▶ **Exercise brief**:
For the listing below, print exactly the lines from the line with "f 132 129 83" to the line with "f 123 104 103", both included, and nothing beyond them.

++++++++++

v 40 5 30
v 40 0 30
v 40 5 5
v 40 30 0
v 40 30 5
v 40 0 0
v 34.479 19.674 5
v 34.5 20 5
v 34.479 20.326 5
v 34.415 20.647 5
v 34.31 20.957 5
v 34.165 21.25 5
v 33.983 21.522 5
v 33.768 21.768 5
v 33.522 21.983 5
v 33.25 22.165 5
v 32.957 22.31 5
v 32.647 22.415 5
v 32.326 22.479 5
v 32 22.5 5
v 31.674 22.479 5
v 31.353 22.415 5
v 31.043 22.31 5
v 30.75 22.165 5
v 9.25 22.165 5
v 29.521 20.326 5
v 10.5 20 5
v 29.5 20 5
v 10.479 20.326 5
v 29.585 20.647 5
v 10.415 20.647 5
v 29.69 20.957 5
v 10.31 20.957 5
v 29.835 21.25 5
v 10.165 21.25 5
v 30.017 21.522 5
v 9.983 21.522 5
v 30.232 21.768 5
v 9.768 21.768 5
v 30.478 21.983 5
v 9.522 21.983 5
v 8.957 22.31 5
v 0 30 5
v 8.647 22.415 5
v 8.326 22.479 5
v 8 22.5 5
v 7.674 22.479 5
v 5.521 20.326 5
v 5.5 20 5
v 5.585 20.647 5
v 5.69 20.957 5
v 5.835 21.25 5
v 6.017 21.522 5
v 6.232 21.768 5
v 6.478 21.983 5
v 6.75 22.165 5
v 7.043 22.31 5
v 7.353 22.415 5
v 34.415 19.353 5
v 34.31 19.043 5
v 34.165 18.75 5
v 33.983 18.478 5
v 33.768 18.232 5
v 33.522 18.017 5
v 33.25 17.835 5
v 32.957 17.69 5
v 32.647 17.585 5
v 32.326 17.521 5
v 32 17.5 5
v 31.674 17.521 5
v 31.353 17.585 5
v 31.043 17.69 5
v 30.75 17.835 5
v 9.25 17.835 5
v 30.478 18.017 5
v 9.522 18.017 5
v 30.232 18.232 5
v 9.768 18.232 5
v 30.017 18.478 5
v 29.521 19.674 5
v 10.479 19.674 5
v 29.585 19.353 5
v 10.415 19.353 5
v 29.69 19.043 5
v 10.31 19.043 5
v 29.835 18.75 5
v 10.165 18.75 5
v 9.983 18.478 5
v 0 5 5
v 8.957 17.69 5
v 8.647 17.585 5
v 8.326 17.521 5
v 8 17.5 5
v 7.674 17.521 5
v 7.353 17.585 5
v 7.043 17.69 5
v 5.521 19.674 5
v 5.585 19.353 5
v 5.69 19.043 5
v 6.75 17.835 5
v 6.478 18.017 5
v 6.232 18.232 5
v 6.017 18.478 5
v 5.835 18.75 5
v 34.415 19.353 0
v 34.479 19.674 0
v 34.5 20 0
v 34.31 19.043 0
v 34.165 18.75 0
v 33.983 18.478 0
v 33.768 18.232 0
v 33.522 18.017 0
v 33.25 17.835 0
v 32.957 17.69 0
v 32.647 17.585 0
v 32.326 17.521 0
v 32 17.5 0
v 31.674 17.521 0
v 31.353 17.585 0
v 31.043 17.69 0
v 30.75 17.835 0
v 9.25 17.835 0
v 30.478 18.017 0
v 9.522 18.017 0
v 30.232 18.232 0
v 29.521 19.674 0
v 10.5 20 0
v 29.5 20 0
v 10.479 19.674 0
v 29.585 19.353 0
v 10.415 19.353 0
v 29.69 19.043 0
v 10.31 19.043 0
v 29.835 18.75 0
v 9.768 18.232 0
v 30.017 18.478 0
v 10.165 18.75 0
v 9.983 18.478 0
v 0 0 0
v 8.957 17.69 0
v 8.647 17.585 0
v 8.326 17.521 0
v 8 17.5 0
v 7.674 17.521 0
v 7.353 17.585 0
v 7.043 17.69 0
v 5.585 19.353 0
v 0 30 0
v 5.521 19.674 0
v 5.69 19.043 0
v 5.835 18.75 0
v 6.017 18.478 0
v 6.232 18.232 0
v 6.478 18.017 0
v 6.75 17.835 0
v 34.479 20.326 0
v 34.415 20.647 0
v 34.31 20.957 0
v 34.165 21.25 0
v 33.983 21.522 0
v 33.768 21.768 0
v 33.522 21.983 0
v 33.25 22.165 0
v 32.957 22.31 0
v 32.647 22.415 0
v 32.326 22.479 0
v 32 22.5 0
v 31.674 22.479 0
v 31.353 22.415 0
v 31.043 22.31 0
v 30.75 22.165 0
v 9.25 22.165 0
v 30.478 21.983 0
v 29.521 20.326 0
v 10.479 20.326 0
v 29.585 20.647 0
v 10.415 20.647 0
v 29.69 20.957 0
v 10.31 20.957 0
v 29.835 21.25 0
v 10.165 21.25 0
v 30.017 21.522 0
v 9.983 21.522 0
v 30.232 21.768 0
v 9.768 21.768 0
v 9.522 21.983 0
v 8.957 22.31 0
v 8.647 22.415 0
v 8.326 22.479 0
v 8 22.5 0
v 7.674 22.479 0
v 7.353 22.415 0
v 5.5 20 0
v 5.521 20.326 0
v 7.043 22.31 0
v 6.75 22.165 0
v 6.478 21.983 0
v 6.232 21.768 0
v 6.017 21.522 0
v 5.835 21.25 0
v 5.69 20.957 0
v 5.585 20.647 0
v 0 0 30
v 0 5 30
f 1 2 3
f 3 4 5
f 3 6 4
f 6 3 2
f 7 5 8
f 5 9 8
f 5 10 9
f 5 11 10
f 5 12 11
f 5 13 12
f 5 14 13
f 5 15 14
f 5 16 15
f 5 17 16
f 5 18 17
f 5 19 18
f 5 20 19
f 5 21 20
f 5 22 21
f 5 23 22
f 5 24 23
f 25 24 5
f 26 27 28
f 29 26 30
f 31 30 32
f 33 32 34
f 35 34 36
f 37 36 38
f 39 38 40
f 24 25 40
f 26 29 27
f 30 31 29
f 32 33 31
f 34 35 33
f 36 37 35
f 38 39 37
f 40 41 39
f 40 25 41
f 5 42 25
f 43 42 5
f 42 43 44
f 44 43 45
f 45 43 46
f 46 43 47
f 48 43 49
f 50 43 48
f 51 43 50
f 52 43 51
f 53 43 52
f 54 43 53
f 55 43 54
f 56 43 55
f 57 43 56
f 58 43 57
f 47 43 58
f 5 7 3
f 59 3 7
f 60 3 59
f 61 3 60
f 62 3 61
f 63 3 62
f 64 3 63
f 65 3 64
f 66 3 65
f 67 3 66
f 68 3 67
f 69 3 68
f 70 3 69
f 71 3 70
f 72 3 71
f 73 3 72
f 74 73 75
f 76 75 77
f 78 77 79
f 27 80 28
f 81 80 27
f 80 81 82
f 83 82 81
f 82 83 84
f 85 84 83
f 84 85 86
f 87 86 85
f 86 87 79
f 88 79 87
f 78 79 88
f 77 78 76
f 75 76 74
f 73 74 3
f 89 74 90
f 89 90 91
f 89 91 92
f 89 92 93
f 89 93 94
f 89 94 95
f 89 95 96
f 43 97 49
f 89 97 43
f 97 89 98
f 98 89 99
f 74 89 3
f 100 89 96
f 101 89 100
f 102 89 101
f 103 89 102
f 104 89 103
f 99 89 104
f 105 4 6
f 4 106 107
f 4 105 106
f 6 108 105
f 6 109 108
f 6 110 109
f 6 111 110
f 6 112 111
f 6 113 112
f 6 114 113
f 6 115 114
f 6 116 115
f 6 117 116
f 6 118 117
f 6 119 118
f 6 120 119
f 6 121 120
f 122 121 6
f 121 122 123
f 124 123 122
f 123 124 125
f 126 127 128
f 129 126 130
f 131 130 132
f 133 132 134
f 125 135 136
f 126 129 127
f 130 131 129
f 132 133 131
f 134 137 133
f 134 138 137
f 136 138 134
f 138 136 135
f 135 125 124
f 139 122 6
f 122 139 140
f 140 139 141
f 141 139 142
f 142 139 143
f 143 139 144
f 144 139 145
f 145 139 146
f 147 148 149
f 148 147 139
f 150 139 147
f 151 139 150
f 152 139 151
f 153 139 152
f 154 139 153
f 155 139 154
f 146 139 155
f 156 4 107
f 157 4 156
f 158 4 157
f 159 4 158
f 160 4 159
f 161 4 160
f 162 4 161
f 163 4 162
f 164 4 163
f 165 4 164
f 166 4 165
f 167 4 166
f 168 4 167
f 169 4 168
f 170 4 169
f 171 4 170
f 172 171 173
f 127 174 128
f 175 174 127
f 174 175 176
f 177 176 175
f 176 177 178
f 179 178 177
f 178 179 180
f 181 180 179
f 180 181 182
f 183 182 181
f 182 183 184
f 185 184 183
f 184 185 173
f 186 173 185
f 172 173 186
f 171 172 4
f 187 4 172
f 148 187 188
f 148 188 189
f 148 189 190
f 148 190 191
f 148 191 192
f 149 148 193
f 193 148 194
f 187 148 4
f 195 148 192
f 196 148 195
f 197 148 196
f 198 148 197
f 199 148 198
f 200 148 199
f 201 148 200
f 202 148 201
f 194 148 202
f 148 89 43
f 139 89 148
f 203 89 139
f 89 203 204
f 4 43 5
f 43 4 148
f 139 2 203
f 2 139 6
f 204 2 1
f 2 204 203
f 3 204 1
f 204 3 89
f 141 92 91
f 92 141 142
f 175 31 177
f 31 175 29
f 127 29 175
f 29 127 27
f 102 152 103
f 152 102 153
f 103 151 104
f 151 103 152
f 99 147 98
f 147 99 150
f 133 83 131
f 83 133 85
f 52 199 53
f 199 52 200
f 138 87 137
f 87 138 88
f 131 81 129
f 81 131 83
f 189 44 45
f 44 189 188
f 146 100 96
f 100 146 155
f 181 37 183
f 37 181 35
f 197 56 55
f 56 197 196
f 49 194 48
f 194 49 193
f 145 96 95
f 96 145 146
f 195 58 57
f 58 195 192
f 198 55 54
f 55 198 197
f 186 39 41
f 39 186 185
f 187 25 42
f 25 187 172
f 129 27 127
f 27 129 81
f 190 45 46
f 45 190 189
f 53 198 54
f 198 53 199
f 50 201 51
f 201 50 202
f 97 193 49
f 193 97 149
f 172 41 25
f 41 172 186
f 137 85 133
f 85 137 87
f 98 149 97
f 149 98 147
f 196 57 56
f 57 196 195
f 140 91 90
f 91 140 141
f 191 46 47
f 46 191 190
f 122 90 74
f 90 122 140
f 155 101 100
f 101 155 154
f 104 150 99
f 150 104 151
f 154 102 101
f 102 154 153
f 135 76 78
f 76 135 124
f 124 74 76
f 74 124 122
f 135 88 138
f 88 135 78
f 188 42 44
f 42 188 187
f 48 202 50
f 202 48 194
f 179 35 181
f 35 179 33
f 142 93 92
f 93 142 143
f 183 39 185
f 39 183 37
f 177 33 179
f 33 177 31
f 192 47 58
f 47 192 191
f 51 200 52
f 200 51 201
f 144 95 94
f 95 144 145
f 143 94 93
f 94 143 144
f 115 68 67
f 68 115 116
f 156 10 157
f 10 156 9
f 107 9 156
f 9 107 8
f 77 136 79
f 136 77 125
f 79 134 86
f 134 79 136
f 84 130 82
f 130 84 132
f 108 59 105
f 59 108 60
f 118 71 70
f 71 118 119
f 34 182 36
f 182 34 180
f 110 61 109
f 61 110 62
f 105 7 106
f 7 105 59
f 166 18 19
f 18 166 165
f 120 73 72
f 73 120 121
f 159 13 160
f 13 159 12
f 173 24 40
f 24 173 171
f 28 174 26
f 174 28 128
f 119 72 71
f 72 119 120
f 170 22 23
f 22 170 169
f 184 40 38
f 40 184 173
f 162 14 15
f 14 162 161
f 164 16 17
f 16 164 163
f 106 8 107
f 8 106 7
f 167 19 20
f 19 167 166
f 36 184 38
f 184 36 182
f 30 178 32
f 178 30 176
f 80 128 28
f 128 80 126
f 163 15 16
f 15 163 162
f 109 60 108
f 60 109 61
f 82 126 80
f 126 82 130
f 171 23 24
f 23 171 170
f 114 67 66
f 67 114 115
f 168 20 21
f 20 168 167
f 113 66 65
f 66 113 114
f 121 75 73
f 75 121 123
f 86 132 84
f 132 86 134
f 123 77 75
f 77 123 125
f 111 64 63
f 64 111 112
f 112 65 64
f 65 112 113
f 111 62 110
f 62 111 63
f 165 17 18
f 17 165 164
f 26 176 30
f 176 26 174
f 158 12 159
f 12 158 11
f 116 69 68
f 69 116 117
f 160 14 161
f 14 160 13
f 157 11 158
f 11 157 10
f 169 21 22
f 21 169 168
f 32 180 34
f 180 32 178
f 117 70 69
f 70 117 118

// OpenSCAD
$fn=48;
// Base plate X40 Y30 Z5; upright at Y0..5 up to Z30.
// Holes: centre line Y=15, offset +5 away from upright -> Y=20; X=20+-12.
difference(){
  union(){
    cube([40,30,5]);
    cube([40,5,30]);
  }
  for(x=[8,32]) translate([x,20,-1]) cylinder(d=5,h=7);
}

++++++++++

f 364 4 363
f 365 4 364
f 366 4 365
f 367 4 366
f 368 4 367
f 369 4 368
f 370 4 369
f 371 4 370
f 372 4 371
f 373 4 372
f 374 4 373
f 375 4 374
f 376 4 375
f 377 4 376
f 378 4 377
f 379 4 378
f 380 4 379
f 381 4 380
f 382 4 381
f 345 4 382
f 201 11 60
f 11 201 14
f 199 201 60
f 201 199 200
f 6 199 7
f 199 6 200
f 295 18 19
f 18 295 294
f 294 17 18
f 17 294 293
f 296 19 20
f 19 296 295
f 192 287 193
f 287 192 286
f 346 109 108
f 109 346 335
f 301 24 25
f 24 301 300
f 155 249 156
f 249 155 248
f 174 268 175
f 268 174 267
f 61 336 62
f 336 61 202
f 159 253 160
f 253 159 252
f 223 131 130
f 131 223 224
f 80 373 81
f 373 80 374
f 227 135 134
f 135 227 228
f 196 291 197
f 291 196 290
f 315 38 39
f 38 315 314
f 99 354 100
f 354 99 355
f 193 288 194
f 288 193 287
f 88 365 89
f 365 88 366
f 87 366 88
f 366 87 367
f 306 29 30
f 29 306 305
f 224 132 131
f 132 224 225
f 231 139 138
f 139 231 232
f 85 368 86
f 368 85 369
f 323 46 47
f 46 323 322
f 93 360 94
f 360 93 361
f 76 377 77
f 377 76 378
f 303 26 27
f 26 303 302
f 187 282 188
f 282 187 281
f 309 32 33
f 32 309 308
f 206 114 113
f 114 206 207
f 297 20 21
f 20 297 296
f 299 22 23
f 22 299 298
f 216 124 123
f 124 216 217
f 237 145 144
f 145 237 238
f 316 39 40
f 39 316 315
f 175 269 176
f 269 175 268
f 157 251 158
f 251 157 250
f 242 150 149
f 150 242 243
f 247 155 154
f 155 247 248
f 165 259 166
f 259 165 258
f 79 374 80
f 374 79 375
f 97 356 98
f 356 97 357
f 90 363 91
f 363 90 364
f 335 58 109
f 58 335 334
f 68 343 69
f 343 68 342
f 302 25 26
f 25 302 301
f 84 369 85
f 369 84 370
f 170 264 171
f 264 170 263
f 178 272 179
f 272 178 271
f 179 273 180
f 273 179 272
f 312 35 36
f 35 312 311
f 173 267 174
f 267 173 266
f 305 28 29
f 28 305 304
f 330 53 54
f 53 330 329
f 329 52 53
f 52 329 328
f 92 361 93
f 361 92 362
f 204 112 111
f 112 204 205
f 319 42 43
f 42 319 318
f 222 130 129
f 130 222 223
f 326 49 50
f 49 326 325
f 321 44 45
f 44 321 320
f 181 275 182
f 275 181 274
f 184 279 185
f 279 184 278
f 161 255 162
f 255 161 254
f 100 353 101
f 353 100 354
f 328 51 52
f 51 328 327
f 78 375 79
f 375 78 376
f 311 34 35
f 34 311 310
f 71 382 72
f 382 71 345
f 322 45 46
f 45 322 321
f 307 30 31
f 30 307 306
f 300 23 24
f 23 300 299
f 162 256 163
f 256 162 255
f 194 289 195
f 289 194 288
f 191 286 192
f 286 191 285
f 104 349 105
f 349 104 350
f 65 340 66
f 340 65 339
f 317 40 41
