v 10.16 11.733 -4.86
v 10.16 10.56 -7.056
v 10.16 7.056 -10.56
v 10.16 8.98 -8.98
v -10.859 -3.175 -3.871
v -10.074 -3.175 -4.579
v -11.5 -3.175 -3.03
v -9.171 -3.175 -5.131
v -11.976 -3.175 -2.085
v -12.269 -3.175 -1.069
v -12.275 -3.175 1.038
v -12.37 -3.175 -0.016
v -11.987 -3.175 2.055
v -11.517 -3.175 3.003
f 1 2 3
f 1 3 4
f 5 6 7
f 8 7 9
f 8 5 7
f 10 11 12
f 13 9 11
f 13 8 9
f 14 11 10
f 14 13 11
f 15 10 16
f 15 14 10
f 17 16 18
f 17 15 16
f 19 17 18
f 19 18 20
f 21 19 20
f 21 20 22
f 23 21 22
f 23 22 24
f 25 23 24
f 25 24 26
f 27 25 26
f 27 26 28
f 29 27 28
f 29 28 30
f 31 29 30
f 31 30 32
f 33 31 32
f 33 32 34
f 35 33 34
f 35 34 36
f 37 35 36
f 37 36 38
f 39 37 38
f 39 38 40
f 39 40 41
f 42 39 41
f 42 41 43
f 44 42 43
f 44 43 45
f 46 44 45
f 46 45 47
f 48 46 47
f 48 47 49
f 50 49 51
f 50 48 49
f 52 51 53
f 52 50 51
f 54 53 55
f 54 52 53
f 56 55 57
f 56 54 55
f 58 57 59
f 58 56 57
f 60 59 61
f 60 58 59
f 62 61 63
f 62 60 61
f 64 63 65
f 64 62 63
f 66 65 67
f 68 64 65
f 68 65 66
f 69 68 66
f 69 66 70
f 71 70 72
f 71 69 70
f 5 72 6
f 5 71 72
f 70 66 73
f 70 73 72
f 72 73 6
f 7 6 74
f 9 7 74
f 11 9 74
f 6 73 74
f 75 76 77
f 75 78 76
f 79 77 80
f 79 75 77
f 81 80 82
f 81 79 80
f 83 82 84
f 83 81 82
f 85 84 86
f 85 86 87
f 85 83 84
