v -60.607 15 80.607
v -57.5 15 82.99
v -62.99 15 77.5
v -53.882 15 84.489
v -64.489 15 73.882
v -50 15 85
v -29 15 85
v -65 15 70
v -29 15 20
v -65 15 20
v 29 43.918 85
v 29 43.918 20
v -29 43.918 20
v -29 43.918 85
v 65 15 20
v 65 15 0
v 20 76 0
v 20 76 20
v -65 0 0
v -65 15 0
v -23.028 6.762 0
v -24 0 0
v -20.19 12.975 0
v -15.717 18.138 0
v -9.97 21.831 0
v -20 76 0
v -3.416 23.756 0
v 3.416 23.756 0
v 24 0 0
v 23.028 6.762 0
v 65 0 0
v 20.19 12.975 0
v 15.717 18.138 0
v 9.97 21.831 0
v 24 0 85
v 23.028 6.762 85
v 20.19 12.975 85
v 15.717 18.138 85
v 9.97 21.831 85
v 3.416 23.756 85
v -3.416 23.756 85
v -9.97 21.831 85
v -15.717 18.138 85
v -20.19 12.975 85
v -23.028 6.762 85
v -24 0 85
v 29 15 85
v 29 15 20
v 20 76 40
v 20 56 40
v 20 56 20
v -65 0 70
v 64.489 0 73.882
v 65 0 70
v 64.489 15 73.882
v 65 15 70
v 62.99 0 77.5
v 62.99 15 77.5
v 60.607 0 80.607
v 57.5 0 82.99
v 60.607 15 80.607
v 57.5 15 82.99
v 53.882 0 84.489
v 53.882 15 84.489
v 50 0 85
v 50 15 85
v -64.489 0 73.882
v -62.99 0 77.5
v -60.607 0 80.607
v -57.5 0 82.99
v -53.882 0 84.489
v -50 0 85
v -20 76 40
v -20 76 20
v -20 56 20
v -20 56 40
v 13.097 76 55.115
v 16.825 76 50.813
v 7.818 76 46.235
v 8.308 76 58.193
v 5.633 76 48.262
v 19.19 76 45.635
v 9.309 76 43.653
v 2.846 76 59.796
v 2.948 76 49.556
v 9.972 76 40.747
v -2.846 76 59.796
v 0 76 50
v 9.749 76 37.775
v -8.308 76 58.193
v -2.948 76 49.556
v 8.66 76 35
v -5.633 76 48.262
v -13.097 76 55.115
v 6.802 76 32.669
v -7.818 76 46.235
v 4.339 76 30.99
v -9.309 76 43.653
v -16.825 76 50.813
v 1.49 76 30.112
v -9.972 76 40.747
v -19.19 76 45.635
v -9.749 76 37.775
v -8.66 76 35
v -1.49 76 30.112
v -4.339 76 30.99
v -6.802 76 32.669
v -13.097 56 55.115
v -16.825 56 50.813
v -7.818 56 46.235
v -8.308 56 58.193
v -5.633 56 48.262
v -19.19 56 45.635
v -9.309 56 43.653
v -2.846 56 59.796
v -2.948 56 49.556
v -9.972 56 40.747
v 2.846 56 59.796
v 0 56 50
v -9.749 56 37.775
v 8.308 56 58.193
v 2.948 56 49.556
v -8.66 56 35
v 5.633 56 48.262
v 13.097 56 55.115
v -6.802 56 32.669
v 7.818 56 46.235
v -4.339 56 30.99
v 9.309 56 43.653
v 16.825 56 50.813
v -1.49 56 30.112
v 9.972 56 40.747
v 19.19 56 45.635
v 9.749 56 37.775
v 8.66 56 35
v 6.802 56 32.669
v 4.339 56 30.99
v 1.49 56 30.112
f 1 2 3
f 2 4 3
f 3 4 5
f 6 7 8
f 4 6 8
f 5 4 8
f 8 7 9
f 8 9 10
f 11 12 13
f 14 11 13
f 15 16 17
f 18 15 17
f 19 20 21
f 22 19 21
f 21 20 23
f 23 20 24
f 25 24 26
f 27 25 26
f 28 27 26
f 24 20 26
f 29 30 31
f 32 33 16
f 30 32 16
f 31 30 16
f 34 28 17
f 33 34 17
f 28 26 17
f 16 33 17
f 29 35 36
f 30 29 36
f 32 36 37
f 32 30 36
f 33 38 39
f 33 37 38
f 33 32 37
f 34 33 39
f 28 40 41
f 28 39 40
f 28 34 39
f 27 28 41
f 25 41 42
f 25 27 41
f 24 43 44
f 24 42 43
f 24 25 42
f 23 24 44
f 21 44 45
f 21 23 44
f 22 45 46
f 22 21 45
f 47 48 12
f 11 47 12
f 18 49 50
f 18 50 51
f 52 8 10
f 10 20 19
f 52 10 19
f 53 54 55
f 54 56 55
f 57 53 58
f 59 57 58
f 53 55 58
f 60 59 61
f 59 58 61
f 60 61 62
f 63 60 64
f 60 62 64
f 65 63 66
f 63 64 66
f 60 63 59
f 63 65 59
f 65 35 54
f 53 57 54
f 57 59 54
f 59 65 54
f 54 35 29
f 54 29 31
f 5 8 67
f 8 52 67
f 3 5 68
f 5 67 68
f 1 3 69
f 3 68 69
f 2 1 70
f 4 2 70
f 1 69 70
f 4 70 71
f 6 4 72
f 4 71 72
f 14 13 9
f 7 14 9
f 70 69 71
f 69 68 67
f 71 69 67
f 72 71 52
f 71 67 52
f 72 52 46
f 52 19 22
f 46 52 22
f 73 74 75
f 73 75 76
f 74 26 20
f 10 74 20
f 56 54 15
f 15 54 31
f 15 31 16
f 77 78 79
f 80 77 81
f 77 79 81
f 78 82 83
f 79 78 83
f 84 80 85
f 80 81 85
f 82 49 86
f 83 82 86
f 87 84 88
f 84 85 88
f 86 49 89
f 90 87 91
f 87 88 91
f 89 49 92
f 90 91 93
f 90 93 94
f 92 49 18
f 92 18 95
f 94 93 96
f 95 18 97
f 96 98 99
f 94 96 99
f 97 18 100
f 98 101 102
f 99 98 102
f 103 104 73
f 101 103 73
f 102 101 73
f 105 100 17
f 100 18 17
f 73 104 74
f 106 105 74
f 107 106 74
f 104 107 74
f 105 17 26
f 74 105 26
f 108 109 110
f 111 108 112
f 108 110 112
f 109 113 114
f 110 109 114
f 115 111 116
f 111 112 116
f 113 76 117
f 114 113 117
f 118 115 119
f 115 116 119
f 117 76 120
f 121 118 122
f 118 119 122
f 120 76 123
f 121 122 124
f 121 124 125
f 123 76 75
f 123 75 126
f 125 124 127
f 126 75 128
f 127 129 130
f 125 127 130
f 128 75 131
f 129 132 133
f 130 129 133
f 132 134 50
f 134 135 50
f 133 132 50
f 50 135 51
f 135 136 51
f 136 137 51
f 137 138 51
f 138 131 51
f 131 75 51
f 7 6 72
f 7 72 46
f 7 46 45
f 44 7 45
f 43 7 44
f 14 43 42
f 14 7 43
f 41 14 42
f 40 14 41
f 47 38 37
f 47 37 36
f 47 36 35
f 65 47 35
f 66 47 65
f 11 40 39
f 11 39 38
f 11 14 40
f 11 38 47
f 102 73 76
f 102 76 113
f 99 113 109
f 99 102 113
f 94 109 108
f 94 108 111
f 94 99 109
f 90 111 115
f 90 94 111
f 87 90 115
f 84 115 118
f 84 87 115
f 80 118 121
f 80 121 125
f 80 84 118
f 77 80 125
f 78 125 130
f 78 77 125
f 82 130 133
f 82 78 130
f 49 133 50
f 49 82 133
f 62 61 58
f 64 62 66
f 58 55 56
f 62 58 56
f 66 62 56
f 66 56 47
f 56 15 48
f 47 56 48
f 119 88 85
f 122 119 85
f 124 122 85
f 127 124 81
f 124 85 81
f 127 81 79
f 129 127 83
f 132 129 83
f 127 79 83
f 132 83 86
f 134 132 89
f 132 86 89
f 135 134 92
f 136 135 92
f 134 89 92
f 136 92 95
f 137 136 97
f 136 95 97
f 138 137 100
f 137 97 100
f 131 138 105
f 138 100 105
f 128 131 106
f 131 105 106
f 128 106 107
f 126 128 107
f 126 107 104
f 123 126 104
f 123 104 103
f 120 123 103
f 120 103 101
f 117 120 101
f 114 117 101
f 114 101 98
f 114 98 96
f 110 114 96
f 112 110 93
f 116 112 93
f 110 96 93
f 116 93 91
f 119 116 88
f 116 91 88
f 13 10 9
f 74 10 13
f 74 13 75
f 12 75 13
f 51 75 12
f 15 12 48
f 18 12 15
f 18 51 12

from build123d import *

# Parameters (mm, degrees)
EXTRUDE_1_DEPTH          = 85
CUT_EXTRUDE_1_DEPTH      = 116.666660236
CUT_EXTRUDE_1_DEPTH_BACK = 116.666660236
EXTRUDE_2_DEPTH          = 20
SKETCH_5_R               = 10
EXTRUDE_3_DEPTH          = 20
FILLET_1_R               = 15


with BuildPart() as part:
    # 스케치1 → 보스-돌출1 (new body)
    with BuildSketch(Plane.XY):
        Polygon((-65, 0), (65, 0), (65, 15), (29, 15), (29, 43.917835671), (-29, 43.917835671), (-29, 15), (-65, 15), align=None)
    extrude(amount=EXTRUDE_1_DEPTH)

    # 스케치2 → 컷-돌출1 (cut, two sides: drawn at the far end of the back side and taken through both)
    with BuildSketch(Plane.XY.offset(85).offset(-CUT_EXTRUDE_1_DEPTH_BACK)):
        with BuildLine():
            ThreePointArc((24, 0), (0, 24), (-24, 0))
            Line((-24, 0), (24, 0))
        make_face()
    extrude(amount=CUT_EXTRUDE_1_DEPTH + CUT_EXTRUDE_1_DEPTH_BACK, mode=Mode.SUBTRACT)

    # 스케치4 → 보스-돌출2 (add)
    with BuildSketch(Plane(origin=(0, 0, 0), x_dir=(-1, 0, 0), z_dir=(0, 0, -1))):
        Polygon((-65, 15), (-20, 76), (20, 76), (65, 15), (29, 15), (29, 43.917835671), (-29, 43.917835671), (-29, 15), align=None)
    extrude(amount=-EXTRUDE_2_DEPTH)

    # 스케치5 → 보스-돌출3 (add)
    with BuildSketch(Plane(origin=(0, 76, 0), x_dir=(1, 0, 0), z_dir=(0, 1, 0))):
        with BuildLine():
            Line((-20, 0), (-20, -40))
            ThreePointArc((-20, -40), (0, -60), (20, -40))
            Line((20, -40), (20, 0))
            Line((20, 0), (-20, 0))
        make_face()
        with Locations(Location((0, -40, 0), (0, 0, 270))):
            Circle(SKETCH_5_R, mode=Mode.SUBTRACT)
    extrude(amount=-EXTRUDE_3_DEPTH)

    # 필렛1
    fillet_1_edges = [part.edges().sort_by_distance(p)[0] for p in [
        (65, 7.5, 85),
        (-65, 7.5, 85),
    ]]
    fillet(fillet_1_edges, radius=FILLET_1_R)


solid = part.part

++++++++++

▶ **Solution to this problem**:
f 132 129 83
f 127 79 83
f 132 83 86
f 134 132 89
f 132 86 89
f 135 134 92
f 136 135 92
f 134 89 92
f 136 92 95
f 137 136 97
f 136 95 97
f 138 137 100
f 137 97 100
f 131 138 105
f 138 100 105
f 128 131 106
f 131 105 106
f 128 106 107
f 126 128 107
f 126 107 104
f 123 126 104
f 123 104 103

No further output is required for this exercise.